Placing a ban on the ballot is no guarantee that your community will in fact ban psilocybin businesses, so preparing land use regulations for psilocybin therapy is the best risk management strategy. Otherwise, your community may find itself unprepared, come January, for a new type of business with a legal right to operate.

Measure 109 included a provision that local governments could send a measure to the ballot opting out of allowing psilocybin therapy in their community. Accordingly, the county joined cities and other counties across the state in taking up the issue.

In June, we convened here to consider putting a ban to the November ballot.

At first pass, we were far from agreement. We had one commissioner in favor of a ban on both production and treatment; one eyeing a two-year moratorium on treatment, but in support of production; and one, me, arguing we should allow both production and treatment, tailoring land use regulations to what our community wanted to protect or encourage.

We received hours and pages of testimony, all in support of allowing psilocybin production and treatment.

We heard from a palliative care nurse from Lafayette and a farmer from McMinnville. We heard from veterans and psilocybin experts.

Each person had his or her own perspective, own knowledge base and own reasons for wanting psilocybin therapy allowed here in his or her home county.

It was incredible to see and effective to hear.

In the end, all three commissioners agreed to not send a ban to voters, though for different reasons. They cited potential therapeutic benefits, potential business innovation and the feeling bans are awfully blunt instruments to achieve relatively narrow aims.

From start to end, our discussion was shaped by the people who showed up, spoke up and cared about the community. Our decision reflected the wishes of our voters, as Measure 109 passed in Yamhill County, and the testimony we got bore that out.

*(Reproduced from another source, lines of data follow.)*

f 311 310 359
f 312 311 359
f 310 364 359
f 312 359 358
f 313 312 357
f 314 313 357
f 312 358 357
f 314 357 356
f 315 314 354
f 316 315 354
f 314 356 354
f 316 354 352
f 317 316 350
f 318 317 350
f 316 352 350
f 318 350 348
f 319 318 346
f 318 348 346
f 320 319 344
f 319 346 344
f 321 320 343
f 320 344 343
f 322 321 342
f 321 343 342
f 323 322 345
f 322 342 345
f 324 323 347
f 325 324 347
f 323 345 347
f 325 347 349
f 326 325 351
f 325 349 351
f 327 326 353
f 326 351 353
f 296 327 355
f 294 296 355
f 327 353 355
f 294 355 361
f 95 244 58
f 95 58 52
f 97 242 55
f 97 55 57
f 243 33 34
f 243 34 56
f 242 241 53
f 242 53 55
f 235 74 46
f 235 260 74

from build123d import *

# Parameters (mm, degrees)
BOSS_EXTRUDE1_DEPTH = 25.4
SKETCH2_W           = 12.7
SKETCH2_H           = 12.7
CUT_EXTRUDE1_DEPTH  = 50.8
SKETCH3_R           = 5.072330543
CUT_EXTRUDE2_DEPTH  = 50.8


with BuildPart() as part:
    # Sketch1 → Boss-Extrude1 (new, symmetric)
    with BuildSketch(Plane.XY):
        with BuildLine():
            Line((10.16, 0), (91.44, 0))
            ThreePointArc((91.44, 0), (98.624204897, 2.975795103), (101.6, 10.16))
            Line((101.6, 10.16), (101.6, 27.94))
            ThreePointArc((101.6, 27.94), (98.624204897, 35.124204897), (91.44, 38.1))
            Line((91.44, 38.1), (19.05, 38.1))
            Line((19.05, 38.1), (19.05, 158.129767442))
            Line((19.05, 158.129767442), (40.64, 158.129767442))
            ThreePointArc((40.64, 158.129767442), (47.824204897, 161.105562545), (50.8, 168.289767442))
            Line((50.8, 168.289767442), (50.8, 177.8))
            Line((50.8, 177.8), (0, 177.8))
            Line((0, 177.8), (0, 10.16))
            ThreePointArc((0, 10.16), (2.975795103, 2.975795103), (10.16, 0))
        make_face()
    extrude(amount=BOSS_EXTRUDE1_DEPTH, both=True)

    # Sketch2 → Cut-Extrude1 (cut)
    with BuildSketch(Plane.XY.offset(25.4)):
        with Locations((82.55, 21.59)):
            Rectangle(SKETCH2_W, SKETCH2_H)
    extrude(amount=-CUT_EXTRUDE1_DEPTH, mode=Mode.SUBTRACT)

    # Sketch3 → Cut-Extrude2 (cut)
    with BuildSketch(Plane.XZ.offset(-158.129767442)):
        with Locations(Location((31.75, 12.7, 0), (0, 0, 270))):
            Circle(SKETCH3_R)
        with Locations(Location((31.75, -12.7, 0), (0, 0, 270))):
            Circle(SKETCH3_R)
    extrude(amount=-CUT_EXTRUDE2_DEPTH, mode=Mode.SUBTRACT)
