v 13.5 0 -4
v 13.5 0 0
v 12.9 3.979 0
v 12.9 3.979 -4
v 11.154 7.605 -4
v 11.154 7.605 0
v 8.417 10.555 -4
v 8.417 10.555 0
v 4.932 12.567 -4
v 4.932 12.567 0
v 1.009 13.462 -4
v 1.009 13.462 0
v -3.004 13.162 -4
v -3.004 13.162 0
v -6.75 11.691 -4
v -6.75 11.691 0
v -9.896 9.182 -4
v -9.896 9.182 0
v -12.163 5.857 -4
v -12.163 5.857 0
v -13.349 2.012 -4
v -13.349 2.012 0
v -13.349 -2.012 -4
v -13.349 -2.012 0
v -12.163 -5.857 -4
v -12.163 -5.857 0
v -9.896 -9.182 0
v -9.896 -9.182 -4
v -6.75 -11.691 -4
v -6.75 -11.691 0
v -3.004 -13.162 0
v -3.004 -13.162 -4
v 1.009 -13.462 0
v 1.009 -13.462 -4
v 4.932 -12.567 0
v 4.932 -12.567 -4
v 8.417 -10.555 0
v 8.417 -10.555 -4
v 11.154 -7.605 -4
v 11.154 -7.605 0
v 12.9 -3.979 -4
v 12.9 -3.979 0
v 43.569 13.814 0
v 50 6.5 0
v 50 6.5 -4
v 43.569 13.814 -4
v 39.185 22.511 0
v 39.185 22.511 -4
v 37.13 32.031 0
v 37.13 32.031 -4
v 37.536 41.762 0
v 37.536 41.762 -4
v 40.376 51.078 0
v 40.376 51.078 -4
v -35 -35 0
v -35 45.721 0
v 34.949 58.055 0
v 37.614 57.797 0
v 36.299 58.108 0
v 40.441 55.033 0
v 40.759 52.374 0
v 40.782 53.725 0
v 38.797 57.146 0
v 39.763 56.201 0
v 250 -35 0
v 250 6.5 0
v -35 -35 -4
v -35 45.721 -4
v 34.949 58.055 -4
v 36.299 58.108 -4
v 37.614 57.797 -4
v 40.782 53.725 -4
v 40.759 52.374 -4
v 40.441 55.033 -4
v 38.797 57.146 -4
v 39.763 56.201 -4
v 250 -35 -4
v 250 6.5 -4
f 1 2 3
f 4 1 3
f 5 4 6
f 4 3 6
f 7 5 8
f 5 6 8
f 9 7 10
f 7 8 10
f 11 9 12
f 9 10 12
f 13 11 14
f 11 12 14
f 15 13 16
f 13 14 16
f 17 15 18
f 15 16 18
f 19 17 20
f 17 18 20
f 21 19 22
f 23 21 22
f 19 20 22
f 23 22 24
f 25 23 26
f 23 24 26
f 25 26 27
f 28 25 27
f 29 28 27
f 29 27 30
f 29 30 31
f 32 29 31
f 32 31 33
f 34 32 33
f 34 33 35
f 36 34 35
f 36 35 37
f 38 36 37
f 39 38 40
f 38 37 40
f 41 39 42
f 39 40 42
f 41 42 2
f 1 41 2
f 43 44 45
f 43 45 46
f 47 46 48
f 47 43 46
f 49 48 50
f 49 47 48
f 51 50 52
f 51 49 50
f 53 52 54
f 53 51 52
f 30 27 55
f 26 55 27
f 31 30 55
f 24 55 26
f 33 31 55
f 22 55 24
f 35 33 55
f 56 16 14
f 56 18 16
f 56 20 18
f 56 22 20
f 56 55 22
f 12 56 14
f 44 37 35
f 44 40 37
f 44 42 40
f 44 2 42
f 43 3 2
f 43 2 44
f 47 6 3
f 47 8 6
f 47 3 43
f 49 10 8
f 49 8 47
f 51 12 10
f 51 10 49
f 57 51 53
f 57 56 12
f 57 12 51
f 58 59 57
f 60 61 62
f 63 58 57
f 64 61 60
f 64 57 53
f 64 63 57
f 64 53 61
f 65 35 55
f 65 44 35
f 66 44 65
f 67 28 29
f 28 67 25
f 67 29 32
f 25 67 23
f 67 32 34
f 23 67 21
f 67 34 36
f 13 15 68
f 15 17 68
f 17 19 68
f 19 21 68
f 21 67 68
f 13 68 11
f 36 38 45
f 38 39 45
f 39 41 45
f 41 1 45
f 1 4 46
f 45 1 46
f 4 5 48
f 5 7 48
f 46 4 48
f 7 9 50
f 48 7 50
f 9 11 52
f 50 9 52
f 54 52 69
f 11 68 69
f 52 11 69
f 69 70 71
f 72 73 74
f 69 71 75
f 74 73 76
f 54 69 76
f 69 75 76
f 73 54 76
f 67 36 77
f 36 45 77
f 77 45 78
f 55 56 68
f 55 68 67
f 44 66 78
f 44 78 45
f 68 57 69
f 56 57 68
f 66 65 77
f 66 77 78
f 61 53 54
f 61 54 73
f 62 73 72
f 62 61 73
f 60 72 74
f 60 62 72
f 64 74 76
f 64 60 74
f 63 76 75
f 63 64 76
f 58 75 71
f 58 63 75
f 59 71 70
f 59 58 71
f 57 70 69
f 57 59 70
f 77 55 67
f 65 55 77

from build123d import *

# Parameters (mm, degrees)
SKETCH_1_R             = 13.5
SM_BASE_FLANGE_1_DEPTH = 4


# Sheet-metal steps are written as plain solids
with BuildPart() as part:
    # Sketch 1 → Базовая кромка1 (new body)
    with BuildSketch(Plane.XY):
        with BuildLine():
            Line((0, -35), (250, -35))
            Line((250, -35), (250, 6.5))
            Line((250, 6.5), (50, 6.5))
            ThreePointArc((50, 6.5), (37.854703837, 27.206009472), (40.376084675, 51.078371856))
            ThreePointArc((40.376084675, 51.078371856), (39.763461316, 56.201257152), (34.948705483, 58.055276407))
            Line((34.948705483, 58.055276407), (-35, 45.721432364))
            Line((-35, 45.721432364), (-35, -35))
            Line((-35, -35), (0, -35))
        make_face()
        Circle(SKETCH_1_R, mode=Mode.SUBTRACT)
    extrude(amount=-SM_BASE_FLANGE_1_DEPTH)


solid = part.part
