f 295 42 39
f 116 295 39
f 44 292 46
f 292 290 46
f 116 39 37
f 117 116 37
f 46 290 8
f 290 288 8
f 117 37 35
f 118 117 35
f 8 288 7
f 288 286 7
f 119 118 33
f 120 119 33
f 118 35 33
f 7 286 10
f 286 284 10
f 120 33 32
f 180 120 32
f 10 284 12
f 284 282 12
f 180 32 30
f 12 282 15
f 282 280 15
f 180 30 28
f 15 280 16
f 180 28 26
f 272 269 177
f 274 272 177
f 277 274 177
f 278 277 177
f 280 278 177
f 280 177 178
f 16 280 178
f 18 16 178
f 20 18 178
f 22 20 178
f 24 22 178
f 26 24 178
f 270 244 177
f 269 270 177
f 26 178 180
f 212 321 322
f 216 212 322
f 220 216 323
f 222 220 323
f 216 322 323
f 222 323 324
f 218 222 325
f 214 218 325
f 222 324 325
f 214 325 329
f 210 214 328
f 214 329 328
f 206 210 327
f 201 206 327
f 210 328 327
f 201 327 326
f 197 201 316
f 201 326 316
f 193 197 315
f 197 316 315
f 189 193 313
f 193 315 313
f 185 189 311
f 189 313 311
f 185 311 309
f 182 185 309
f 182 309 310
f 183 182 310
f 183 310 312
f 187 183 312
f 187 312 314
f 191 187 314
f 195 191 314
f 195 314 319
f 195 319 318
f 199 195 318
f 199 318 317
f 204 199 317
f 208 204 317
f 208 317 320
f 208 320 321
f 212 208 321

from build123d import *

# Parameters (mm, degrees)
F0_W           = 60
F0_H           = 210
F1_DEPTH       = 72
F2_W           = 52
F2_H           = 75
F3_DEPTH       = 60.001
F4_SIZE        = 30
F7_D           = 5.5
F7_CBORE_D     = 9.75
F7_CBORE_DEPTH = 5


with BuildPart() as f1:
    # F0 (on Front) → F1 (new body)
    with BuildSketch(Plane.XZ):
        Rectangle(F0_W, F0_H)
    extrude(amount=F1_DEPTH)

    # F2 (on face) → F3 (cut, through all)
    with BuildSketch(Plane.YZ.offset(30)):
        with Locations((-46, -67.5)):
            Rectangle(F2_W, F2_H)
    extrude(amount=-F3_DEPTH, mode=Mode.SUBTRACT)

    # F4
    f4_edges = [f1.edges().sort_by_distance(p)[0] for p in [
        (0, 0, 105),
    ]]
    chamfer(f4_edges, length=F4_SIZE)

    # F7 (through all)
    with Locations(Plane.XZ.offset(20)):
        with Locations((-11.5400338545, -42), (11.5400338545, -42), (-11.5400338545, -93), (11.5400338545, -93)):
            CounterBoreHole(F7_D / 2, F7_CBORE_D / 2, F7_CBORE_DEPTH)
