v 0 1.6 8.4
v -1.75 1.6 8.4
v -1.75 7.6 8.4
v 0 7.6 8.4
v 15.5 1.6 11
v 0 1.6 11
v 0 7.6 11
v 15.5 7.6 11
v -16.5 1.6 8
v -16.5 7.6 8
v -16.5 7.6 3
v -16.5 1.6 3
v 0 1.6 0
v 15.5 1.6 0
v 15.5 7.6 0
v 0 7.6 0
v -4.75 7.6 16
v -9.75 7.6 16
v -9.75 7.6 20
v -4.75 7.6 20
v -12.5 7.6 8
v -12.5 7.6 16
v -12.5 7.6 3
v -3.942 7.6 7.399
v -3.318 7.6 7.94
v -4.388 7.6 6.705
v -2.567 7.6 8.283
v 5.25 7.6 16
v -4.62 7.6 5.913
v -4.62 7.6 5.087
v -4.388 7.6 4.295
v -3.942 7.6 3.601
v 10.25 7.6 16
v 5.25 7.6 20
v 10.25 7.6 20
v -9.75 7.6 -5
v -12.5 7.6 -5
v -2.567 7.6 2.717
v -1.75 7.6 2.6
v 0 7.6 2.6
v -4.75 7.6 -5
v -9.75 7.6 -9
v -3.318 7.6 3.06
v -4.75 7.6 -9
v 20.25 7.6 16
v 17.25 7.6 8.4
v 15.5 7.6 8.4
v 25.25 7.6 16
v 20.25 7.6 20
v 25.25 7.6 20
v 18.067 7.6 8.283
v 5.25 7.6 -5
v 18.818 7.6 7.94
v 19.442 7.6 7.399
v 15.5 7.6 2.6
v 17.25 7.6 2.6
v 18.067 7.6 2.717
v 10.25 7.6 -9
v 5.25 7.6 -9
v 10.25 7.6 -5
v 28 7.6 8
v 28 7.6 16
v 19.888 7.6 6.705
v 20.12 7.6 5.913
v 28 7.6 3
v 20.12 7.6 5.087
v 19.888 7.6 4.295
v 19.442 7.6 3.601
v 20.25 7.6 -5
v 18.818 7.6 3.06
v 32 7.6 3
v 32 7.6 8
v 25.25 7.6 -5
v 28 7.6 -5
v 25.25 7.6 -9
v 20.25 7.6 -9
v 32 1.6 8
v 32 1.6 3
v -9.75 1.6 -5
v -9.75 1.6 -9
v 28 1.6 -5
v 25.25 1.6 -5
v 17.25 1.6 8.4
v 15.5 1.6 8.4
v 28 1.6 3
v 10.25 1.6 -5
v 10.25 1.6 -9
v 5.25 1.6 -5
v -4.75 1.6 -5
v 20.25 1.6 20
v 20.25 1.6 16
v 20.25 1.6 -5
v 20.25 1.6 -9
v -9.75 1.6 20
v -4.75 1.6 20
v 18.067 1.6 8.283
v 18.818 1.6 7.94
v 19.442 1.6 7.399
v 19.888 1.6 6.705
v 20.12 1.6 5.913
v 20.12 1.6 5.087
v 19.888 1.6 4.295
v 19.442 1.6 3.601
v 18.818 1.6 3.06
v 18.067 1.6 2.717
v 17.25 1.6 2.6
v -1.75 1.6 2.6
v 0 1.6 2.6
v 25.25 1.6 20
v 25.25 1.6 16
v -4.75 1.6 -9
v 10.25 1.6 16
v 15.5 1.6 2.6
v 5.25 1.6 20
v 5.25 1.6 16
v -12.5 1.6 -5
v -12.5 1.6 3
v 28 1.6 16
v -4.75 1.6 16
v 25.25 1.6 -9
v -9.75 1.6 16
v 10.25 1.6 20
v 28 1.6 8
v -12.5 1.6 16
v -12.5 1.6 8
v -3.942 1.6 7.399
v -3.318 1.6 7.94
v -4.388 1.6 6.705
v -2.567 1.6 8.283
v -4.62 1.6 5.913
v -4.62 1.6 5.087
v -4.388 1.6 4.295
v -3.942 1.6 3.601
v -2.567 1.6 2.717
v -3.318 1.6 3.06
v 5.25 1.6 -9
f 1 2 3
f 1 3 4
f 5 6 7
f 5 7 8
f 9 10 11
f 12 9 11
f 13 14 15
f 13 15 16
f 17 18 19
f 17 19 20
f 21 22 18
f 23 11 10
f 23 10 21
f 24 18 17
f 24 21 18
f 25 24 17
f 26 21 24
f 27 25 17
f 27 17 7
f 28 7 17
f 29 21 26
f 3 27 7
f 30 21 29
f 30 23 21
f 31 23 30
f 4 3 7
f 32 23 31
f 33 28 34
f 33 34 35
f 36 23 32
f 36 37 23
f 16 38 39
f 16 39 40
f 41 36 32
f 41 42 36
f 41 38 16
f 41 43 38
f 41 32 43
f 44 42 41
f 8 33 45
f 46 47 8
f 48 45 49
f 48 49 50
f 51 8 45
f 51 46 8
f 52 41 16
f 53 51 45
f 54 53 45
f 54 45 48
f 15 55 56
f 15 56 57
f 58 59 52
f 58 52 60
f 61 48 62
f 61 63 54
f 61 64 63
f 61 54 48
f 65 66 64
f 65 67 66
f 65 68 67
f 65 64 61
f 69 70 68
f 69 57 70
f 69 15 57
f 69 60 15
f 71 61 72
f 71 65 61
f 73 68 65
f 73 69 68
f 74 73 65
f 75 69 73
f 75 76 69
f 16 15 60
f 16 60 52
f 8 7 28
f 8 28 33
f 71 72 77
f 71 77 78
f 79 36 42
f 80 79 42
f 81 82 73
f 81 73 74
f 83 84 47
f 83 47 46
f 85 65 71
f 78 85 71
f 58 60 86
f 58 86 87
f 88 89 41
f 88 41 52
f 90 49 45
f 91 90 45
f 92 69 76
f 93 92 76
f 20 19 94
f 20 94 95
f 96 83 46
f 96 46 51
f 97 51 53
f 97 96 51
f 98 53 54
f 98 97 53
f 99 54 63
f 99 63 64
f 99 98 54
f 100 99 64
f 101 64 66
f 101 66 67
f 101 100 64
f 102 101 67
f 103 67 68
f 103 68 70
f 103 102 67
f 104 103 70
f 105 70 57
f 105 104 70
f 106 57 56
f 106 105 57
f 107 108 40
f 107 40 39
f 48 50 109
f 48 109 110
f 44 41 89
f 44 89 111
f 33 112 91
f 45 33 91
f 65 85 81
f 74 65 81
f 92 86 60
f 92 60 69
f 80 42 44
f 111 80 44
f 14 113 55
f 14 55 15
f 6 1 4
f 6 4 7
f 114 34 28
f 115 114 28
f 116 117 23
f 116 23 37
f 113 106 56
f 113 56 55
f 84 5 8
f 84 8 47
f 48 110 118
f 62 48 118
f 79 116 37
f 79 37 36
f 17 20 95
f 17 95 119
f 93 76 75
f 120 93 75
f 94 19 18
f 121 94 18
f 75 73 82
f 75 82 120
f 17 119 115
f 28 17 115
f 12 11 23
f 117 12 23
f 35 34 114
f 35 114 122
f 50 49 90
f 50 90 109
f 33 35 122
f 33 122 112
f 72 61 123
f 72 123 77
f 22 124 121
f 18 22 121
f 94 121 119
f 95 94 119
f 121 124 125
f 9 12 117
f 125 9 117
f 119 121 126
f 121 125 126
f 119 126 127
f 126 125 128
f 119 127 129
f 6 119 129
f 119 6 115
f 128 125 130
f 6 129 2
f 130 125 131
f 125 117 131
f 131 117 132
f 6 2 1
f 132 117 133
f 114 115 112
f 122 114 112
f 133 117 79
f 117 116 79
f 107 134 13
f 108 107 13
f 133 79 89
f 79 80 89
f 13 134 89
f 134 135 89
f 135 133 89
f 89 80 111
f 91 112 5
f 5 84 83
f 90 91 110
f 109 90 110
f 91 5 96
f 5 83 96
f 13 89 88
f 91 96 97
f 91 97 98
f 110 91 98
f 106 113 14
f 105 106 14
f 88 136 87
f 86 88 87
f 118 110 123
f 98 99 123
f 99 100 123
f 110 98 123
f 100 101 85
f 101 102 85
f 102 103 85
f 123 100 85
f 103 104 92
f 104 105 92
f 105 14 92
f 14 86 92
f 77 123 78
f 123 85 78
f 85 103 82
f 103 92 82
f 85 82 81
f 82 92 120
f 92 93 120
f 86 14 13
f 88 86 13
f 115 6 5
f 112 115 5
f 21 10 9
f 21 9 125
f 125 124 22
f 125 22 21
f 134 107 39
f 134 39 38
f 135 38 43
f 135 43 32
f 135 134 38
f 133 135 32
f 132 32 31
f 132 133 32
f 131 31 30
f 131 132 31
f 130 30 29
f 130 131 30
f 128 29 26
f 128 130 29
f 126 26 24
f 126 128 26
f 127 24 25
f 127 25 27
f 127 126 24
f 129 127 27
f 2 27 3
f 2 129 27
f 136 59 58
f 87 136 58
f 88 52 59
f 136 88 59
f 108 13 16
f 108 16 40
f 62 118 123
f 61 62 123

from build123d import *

# Parameters (mm, degrees)
SKETCH1_W           = 15.5
SKETCH1_H           = 11
BOSS_EXTRUDE1_DEPTH = 1.6
BOSS_EXTRUDE2_DEPTH = 1.6
SKETCH3_W           = 40.5
SKETCH3_H           = 21
BOSS_EXTRUDE3_DEPTH = 6
CUT_EXTRUDE1_DEPTH  = 2.6
SKETCH5_W           = 5
SKETCH5_H           = 4
BOSS_EXTRUDE4_DEPTH = 6
LPATTERN1_COUNT     = 2
LPATTERN1_PITCH     = 15
LPATTERN1_COL_COUNT = 2
LPATTERN1_COL_PITCH = 15
SKETCH6_W           = 4
SKETCH6_H           = 5
BOSS_EXTRUDE5_DEPTH = 6


with BuildPart() as part:
    # Sketch1 → Boss-Extrude1 (new body)
    with BuildSketch(Plane(origin=(0, 0, 0), x_dir=(1, 0, 0), z_dir=(0, 1, 0))):
        with Locations((7.75, -5.5)):
            Rectangle(SKETCH1_W, SKETCH1_H)
    extrude(amount=BOSS_EXTRUDE1_DEPTH)

    # Sketch2 → Boss-Extrude2 (add, through all)
    with BuildSketch(Plane(origin=(0, 1.6, 0), x_dir=(1, 0, 0), z_dir=(0, 1, 0))):
        with BuildLine():
            Line((-1.75, -4), (-1.75, -2.6))
            ThreePointArc((-1.75, -2.6), (-4.65, -5.5), (-1.75, -8.4))
            Line((-1.75, -8.4), (-1.75, -7))
            ThreePointArc((-1.75, -7), (-3.25, -5.5), (-1.75, -4))
        make_face()
        with BuildLine():
            ThreePointArc((0, -3.187533784), (-0.827002716, -2.750804479), (-1.75, -2.6))
            Line((-1.75, -2.6), (-1.75, -4))
            ThreePointArc((-1.75, -4), (-0.689339828, -4.439339828), (-0.25, -5.5))
            ThreePointArc((-0.25, -5.5), (-0.689339828, -6.560660172), (-1.75, -7))
            Line((-1.75, -7), (-1.75, -8.4))
            ThreePointArc((-1.75, -8.4), (-0.827002716, -8.249195521), (0, -7.812466216))
            Line((0, -7.812466216), (0, -3.187533784))
        make_face()
        with BuildLine():
            Line((0, -2.6), (-1.75, -2.6))
            ThreePointArc((-1.75, -2.6), (-0.827002716, -2.750804479), (0, -3.187533784))
            Line((0, -3.187533784), (0, -2.6))
        make_face()
        with BuildLine():
            ThreePointArc((0, -7.812466216), (-0.827002716, -8.249195521), (-1.75, -8.4))
            Line((-1.75, -8.4), (0, -8.4))
            Line((0, -8.4), (0, -7.812466216))
        make_face()
        with BuildLine():
            ThreePointArc((20.15, -5.5), (19.300609665, -3.449390335), (17.25, -2.6))
            Line((17.25, -2.6), (17.25, -4))
            ThreePointArc((17.25, -4), (18.310660172, -4.439339828), (18.75, -5.5))
            ThreePointArc((18.75, -5.5), (18.310660172, -6.560660172), (17.25, -7))
            Line((17.25, -7), (17.25, -8.4))
            ThreePointArc((17.25, -8.4), (19.300609665, -7.550609665), (20.15, -5.5))
        make_face()
        with BuildLine():
            Line((17.25, -4), (17.25, -2.6))
            ThreePointArc((17.25, -2.6), (16.327002716, -2.750804479), (15.5, -3.187533784))
            Line((15.5, -3.187533784), (15.5, -7.812466216))
            ThreePointArc((15.5, -7.812466216), (16.327002716, -8.249195521), (17.25, -8.4))
            Line((17.25, -8.4), (17.25, -7))
            ThreePointArc((17.25, -7), (15.75, -5.5), (17.25, -4))
        make_face()
        with BuildLine():
            Line((17.25, -2.6), (15.5, -2.6))
            Line((15.5, -2.6), (15.5, -3.187533784))
            ThreePointArc((15.5, -3.187533784), (16.327002716, -2.750804479), (17.25, -2.6))
        make_face()
        with BuildLine():
            Line((15.5, -7.812466216), (15.5, -8.4))
            Line((15.5, -8.4), (17.25, -8.4))
            ThreePointArc((17.25, -8.4), (16.327002716, -8.249195521), (15.5, -7.812466216))
        make_face()
    extrude(amount=-BOSS_EXTRUDE2_DEPTH)

    # Sketch4 → Cut-Extrude1 (cut, through all)
    with BuildSketch(Plane(origin=(0, 1.6, 0), x_dir=(1, 0, 0), z_dir=(0, 1, 0))):
        with BuildLine():
            Line((0, 0), (0, -2.6))
            Line((0, -2.6), (-1.75, -2.6))
            ThreePointArc((-1.75, -2.6), (-4.65, -5.5), (-1.75, -8.4))
            Line((-1.75, -8.4), (0, -8.4))
            Line((0, -8.4), (0, -11))
            Line((0, -11), (15.5, -11))
            Line((15.5, -11), (15.5, -8.4))
            Line((15.5, -8.4), (17.25, -8.4))
            ThreePointArc((17.25, -8.4), (20.15, -5.5), (17.25, -2.6))
            Line((17.25, -2.6), (15.5, -2.6))
            Line((15.5, -2.6), (15.5, 0))
            Line((15.5, 0), (0, 0))
        make_face()
    extrude(amount=-CUT_EXTRUDE1_DEPTH, mode=Mode.SUBTRACT)


with BuildPart() as body_2:
    # Sketch3 → Boss-Extrude3 (new body)
    with BuildSketch(Plane(origin=(0, 1.6, 0), x_dir=(1, 0, 0), z_dir=(0, 1, 0))):
        with Locations((7.75, -5.5)):
            Rectangle(SKETCH3_W, SKETCH3_H)
        with BuildLine():
            Line((0, 0), (0, -2.6))
            Line((0, -2.6), (-1.75, -2.6))
            ThreePointArc((-1.75, -2.6), (-4.65, -5.5), (-1.75, -8.4))
            Line((-1.75, -8.4), (0, -8.4))
            Line((0, -8.4), (0, -11))
            Line((0, -11), (15.5, -11))
            Line((15.5, -11), (15.5, -8.4))
            Line((15.5, -8.4), (17.25, -8.4))
            ThreePointArc((17.25, -8.4), (20.15, -5.5), (17.25, -2.6))
            Line((17.25, -2.6), (15.5, -2.6))
            Line((15.5, -2.6), (15.5, 0))
            Line((15.5, 0), (0, 0))
        make_face(mode=Mode.SUBTRACT)
    extrude(amount=BOSS_EXTRUDE3_DEPTH)

    # Sketch5 → Boss-Extrude4 (add, through all)
    with BuildSketch(Plane(origin=(0, 7.6, 0), x_dir=(1, 0, 0), z_dir=(0, 1, 0))):
        with Locations((7.75, 7)):
            Rectangle(SKETCH5_W, SKETCH5_H)
        with Locations((7.75, -18)):
            Rectangle(SKETCH5_W, SKETCH5_H)
    boss_extrude4 = extrude(amount=-BOSS_EXTRUDE4_DEPTH)

    # LPattern1: Boss-Extrude4 ×2
    with Locations(*[(i * LPATTERN1_PITCH, 0, 0) for i in range(1, LPATTERN1_COUNT)]):
        add(boss_extrude4)

    # LPattern1 col: Boss-Extrude4 ×2
    with Locations(*[(-i * LPATTERN1_COL_PITCH, 0, 0) for i in range(1, LPATTERN1_COL_COUNT)]):
        add(boss_extrude4)

    # Sketch6 → Boss-Extrude5 (add, through all)
    with BuildSketch(Plane(origin=(0, 7.6, 0), x_dir=(1, 0, 0), z_dir=(0, 1, 0))):
        with Locations((-14.5, -5.5)):
            Rectangle(SKETCH6_W, SKETCH6_H)
        with Locations((30, -5.5)):
            Rectangle(SKETCH6_W, SKETCH6_H)
    extrude(amount=-BOSS_EXTRUDE5_DEPTH)


solid = body_2.part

If you live in an incorporated community, you will likely see a psilocybin ban on your ballot this fall. I hope you will reflect back on  folks we heard from who are in need of long-lasting, effective mental health treatment.

We know that there is a need for effective mental health treatment in our county.

We should not foreclose the possibility of this promising new therapy here at home. Instead, we should do the work of tailoring operations to our local community needs and situations through the land use system.

Guest writer Casey Kulla is a farmer, father and Yamhill County commissioner. He and his wife, Katie, farm on a river island in the Willamette. In their free time, they explore the Coast Range. As a farmer and farmland owner, he needs to disclose a potential conflict of interest; allowing regulated psilocybin in the county could have a financial impact on him, either positive or negative.